通過explain查看該語句生成的查詢計劃：

test=# explain select * from t1 where c1 like 'A123%';
                                 QUERY PLAN 
-----------------------------------------------------------------------------
  id |          operation           | E-rows | E-memory | E-width | E-costs 
 ----+------------------------------+--------+----------+---------+---------
 1 | ->  Streaming (type: GATHER) | 1 | | 8 | 16.25 
 2 | ->  Seq Scan on t1        | 1 | 1MB      | 8 | 10.25 
 Predicate Information (identified by plan id)
 ---------------------------------------------
 2 --Seq Scan on t1
         Filter: (c1 ~~ 'A123%'::text)

查詢計劃顯示對錶t1進行了全表掃描，因此在表t1數據量大的時候執行速度會比較慢。

上面查詢的模糊匹配條件 'A123%'，我們稱它為後模糊匹配。
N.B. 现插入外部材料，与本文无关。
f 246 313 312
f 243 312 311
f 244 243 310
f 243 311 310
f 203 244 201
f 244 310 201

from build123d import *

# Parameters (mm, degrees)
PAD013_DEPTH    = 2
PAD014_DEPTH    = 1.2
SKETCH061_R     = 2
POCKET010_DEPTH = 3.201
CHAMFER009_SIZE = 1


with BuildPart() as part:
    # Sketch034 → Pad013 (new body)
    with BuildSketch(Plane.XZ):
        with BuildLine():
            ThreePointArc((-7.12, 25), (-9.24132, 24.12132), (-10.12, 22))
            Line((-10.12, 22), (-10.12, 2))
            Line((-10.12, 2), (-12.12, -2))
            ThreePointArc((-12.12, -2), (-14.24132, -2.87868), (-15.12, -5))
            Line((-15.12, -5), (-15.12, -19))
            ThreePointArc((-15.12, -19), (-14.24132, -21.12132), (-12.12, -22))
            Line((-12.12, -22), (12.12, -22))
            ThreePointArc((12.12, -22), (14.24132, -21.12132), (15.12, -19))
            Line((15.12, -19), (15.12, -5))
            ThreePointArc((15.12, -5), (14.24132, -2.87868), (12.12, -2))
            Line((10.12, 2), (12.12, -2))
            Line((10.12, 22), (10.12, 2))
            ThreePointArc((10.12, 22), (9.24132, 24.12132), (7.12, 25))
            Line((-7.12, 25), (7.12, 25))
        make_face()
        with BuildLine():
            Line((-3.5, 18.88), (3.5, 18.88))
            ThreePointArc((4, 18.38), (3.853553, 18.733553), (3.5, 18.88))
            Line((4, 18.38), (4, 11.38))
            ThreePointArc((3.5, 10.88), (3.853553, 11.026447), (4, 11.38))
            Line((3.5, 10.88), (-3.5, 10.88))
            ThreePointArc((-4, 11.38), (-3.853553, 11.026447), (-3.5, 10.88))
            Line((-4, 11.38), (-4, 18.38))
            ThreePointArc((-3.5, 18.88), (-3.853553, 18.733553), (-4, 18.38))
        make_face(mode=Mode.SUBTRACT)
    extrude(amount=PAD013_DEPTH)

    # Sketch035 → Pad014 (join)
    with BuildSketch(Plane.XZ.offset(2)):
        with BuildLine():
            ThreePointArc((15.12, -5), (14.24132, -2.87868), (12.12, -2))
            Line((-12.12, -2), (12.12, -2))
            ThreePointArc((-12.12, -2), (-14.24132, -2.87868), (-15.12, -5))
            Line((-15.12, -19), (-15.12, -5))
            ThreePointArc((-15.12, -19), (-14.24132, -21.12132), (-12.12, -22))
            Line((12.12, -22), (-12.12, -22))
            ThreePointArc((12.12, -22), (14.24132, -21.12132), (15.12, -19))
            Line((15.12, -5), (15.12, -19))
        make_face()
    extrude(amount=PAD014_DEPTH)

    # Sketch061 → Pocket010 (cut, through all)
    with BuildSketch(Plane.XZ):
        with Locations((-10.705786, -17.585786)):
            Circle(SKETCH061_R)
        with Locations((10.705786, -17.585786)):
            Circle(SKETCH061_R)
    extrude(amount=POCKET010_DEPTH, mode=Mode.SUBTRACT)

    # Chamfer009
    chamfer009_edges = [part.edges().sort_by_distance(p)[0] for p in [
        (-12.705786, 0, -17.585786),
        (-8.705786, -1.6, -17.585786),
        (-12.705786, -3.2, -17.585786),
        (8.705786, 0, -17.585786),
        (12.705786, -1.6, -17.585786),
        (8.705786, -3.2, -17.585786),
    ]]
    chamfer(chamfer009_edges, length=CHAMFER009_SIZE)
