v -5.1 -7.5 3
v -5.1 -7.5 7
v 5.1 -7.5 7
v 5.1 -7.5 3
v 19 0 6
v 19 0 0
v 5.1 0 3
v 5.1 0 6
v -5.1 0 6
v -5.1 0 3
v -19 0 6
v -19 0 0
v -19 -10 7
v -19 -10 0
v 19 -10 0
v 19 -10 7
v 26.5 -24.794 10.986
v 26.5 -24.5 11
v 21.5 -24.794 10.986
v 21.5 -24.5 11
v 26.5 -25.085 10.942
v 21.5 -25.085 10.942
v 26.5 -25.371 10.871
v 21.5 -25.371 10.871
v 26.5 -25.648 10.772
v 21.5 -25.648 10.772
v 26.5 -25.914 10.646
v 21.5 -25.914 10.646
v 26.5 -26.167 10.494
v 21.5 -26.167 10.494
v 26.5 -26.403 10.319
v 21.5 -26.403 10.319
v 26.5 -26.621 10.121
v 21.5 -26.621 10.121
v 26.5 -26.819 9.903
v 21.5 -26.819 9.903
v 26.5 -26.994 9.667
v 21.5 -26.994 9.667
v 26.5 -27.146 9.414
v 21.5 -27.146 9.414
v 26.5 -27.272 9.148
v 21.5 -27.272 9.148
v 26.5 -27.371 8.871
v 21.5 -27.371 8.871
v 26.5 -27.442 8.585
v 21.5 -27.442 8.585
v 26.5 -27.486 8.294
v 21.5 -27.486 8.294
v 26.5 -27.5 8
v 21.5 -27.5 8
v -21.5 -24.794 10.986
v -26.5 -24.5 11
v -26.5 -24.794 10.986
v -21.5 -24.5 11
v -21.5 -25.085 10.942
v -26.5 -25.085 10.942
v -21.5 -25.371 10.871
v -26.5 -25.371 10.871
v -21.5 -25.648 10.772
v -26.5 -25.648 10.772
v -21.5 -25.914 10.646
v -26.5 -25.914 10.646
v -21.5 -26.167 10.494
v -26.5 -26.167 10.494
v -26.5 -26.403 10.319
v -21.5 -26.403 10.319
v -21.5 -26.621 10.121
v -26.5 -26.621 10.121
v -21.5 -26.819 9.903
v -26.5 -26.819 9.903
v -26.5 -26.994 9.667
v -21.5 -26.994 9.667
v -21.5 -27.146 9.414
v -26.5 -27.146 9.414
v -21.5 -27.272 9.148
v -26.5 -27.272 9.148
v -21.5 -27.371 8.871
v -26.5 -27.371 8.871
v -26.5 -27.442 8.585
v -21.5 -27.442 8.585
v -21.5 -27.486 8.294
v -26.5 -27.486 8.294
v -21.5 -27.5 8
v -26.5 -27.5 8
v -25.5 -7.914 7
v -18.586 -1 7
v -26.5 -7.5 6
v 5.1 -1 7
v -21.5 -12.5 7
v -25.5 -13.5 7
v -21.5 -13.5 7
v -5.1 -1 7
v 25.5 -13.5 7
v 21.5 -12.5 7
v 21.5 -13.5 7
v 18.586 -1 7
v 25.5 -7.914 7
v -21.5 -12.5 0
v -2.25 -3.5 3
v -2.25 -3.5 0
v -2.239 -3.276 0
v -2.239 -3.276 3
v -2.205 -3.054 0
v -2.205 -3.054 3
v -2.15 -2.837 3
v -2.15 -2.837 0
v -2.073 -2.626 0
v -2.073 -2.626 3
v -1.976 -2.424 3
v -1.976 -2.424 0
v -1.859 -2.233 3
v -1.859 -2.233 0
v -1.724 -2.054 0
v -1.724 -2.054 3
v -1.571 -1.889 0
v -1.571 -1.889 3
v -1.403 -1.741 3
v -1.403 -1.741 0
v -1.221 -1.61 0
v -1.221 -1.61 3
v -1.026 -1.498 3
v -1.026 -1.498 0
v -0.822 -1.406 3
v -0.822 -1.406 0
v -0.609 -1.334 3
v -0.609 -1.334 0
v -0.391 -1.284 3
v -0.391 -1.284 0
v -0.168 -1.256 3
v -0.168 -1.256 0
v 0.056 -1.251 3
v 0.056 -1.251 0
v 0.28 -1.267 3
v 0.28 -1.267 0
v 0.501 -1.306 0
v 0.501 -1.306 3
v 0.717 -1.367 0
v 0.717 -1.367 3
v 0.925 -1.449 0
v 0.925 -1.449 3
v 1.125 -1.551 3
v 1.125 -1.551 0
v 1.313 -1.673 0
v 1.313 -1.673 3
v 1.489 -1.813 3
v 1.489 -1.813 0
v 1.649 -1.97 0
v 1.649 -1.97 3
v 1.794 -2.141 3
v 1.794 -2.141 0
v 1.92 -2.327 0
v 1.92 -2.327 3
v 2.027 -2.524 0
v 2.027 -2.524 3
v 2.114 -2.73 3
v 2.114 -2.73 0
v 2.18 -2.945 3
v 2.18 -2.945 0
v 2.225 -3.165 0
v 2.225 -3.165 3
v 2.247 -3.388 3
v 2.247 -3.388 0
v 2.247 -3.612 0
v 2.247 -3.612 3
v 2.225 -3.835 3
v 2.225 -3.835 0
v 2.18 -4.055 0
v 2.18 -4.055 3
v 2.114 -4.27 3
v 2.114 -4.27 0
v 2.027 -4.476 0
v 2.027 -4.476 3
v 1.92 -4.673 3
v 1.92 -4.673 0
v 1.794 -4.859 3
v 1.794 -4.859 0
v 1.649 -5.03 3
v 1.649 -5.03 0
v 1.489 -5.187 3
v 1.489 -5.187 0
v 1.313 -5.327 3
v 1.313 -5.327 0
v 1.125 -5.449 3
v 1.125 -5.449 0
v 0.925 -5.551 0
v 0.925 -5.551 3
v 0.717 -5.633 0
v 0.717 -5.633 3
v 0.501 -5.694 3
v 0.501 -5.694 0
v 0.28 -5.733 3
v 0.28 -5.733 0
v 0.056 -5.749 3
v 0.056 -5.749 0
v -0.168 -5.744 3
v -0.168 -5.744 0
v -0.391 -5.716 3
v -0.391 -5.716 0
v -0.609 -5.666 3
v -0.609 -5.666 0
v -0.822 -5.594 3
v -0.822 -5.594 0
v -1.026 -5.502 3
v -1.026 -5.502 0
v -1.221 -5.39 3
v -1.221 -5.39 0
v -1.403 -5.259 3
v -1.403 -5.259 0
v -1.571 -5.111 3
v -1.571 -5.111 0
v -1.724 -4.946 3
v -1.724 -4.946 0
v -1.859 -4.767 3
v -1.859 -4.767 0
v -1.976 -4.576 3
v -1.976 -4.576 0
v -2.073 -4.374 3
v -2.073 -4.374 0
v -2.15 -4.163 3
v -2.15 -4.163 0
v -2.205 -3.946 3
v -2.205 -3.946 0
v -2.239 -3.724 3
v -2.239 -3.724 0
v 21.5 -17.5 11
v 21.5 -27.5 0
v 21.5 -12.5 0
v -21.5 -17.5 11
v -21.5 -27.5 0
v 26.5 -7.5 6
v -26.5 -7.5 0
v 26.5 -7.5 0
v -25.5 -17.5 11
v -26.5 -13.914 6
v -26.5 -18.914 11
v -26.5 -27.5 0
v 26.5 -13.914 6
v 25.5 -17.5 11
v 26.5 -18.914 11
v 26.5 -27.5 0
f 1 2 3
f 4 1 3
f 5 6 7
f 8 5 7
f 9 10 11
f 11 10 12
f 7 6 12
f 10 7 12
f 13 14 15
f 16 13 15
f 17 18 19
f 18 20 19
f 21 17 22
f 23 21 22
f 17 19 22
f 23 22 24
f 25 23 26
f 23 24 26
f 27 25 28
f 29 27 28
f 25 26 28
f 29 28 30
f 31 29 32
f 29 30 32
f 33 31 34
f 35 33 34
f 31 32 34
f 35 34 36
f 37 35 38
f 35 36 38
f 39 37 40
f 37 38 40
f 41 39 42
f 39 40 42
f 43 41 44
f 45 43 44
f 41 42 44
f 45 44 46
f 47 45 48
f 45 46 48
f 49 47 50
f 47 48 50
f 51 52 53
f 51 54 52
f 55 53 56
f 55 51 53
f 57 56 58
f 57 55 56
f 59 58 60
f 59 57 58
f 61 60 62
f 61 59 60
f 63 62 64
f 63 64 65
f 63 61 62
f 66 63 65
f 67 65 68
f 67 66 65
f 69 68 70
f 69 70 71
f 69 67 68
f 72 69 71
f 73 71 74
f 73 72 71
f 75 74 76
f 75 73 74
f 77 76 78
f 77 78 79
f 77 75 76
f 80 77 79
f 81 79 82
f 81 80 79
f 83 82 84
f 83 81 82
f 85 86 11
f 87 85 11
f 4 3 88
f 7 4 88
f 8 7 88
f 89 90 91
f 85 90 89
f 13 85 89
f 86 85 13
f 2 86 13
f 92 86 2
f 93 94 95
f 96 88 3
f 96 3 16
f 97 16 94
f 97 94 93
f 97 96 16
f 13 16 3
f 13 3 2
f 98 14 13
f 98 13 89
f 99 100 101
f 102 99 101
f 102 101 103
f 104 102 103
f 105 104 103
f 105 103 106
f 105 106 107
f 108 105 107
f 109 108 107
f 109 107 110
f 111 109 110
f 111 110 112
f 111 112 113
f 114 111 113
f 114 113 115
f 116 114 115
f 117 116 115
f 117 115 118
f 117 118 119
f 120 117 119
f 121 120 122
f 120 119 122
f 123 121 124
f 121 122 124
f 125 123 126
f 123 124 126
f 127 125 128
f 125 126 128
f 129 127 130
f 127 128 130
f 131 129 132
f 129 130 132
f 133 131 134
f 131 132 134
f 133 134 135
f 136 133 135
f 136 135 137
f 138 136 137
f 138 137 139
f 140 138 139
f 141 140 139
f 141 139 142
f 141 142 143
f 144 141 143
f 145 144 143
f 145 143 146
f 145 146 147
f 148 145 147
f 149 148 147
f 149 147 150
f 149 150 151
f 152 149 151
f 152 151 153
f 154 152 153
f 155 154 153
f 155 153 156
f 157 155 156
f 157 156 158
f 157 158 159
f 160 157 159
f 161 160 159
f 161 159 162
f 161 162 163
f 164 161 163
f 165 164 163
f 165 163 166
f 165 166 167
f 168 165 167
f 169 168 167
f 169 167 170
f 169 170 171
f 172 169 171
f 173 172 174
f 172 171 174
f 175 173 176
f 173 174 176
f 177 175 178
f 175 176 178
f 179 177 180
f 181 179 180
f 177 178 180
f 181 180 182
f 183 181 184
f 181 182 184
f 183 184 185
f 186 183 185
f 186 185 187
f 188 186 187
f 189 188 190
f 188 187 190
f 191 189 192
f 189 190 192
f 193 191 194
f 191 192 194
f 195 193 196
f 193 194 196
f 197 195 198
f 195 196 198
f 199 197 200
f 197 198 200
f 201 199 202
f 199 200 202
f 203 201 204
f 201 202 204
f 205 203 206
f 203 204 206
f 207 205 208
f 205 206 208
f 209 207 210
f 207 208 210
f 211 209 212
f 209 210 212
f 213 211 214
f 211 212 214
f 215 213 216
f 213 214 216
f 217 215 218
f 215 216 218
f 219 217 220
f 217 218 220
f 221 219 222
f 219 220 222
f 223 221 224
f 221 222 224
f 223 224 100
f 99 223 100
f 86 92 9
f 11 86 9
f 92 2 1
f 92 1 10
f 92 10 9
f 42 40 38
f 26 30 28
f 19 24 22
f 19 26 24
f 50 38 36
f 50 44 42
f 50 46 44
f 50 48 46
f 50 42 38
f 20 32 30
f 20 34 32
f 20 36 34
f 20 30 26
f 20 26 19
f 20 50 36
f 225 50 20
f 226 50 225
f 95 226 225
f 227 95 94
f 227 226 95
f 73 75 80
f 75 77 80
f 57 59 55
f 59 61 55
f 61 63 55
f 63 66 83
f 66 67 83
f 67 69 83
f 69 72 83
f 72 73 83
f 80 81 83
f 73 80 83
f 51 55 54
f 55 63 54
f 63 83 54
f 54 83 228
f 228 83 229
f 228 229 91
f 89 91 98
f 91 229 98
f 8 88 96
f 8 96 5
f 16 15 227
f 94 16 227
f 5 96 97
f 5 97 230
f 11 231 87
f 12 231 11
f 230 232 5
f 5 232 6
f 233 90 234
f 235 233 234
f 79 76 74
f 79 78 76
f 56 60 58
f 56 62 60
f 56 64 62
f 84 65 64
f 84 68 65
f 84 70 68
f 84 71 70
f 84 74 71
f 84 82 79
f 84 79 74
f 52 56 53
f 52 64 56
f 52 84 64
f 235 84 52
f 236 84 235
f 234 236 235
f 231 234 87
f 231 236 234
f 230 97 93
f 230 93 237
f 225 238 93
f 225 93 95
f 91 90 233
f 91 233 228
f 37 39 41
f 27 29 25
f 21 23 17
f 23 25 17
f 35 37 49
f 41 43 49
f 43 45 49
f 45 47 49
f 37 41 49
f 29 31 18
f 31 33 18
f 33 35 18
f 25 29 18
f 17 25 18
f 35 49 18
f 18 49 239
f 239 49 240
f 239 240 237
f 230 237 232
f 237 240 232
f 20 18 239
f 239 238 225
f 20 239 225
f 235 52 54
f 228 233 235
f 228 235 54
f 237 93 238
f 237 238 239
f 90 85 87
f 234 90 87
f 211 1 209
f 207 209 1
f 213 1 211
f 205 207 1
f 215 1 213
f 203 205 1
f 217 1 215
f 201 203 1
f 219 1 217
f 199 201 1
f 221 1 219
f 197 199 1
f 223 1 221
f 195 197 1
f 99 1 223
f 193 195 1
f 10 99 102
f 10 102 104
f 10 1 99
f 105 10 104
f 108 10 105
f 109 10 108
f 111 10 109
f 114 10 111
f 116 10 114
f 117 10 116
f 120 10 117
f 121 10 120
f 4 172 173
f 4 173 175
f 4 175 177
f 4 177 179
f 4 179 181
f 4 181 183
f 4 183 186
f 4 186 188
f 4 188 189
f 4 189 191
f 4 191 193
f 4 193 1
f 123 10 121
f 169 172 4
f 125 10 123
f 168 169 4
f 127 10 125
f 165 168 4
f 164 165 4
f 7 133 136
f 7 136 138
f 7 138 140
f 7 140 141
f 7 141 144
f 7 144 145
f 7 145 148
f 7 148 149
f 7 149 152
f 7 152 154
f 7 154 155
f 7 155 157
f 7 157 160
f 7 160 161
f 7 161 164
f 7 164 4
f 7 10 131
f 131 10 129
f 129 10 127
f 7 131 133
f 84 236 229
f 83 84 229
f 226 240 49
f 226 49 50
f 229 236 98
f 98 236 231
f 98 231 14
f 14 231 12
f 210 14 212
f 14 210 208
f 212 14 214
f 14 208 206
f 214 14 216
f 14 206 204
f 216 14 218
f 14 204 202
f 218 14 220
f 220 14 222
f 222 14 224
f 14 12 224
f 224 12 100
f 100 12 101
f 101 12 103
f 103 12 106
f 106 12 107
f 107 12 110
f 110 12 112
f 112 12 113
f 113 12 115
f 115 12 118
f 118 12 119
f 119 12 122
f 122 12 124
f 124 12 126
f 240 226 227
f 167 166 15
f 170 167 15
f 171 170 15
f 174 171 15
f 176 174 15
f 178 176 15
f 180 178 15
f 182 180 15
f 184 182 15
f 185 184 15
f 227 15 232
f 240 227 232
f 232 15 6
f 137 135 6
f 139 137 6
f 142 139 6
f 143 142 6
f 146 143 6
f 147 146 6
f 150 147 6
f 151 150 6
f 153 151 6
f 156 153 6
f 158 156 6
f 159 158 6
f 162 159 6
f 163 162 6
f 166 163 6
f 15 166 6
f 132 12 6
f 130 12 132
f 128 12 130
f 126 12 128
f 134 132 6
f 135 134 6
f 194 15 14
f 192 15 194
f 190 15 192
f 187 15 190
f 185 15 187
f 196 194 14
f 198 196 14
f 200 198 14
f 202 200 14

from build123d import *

# Parameters (mm, degrees)
BOSS_EXTRUDE1_DEPTH  = 7
SKETCH6_W            = 5
SKETCH6_H            = 10
BOSS_EXTRUDE2_DEPTH  = 4
SKETCH3_W            = 5.1
SKETCH3_H            = 7.5
CUT_EXTRUDE1_DEPTH   = 4
M4_CLEARANCE_HOLE1_D = 4.5
CHAMFER2_SIZE        = 4
FILLET2_R            = 3


# Some blends are built 0.0001 mm under size
with BuildPart() as part:
    # Sketch1 → Boss-Extrude1 (new body)
    with BuildSketch(Plane.XY):
        Polygon((0, 0), (0, -10), (-19, -10), (-21.5, -12.5), (-21.5, -27.5), (-26.5, -27.5), (-26.5, -7.5), (-19, 0), align=None)
    boss_extrude1 = extrude(amount=BOSS_EXTRUDE1_DEPTH)

    # Sketch6 → Boss-Extrude2 (add)
    with BuildSketch(Plane.XY.offset(7)):
        with Locations((-24, -22.5)):
            Rectangle(SKETCH6_W, SKETCH6_H)
    boss_extrude2 = extrude(amount=BOSS_EXTRUDE2_DEPTH)

    # Sketch3 → Cut-Extrude1 (cut)
    with BuildSketch(Plane.XY.offset(7)):
        with Locations((-2.55, -3.75)):
            Rectangle(SKETCH3_W, SKETCH3_H)
    cut_extrude1 = extrude(amount=-CUT_EXTRUDE1_DEPTH, mode=Mode.SUBTRACT)

    # Mirror1: Boss-Extrude1, Boss-Extrude2, Cut-Extrude1 across plane
    add(boss_extrude1.mirror(Plane(origin=(0, 0, 7), x_dir=(0, 0, 1), z_dir=(-1, 0, 0))))
    add(boss_extrude2.mirror(Plane(origin=(0, 0, 7), x_dir=(0, 0, 1), z_dir=(-1, 0, 0))))
    add(cut_extrude1.mirror(Plane(origin=(0, 0, 7), x_dir=(0, 0, 1), z_dir=(-1, 0, 0))), mode=Mode.SUBTRACT)

    # M4 Clearance Hole1 (through all)
    with Locations(Plane.XY.offset(3)):
        with Locations((0, -3.5)):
這種場景，可以通過建立一個BTREE索引來提升查詢性能。

建立索引時需要根據欄位數據類型設置索引對應的operator，對於text，varchar和char分別設置和text_pattern_ops，varchar_pattern_ops和bpchar_pattern_ops。

例如上面例子里的c1列的類型為text，創建索引時增加text_pattern_ops，建立索引的語句如下：

CREATE INDEX ON t1 (c1 text_pattern_ops);

增加索引後列印查詢計劃：

test=# explain select * from t1 where c1 like 'A123%';
                                       QUERY PLAN 
----------------------------------------------------------------------------------------
  id |                operation                | E-rows | E-memory | E-width | E-costs 
 ----+-----------------------------------------+--------+----------+---------+---------
 1 | ->  Streaming (type: GATHER)            | 1 | | 8 | 14.27 
 2 | -> Index Scan using t1_c1_idx on t1 | 1 | 1MB      | 8 | 8.27 
             Predicate Information (identified by plan id)             
 ----------------------------------------------------------------------
 2 --Index Scan using t1_c1_idx on t1
 Index Cond: ((c1 ~>=~ 'A123'::text) AND (c1 ~<~ 'A124'::text))
         Filter: (c1 ~~ 'A123%'::text)

在創建索引後，可以看到語句執行時會使用到前面創建的索引，執行速度會變快。

前面遇到的問題使用的查詢條件是尾碼的模糊查詢，如果使用的是首碼的模糊查詢，我們可以看一下查詢計劃是否有使用到索引。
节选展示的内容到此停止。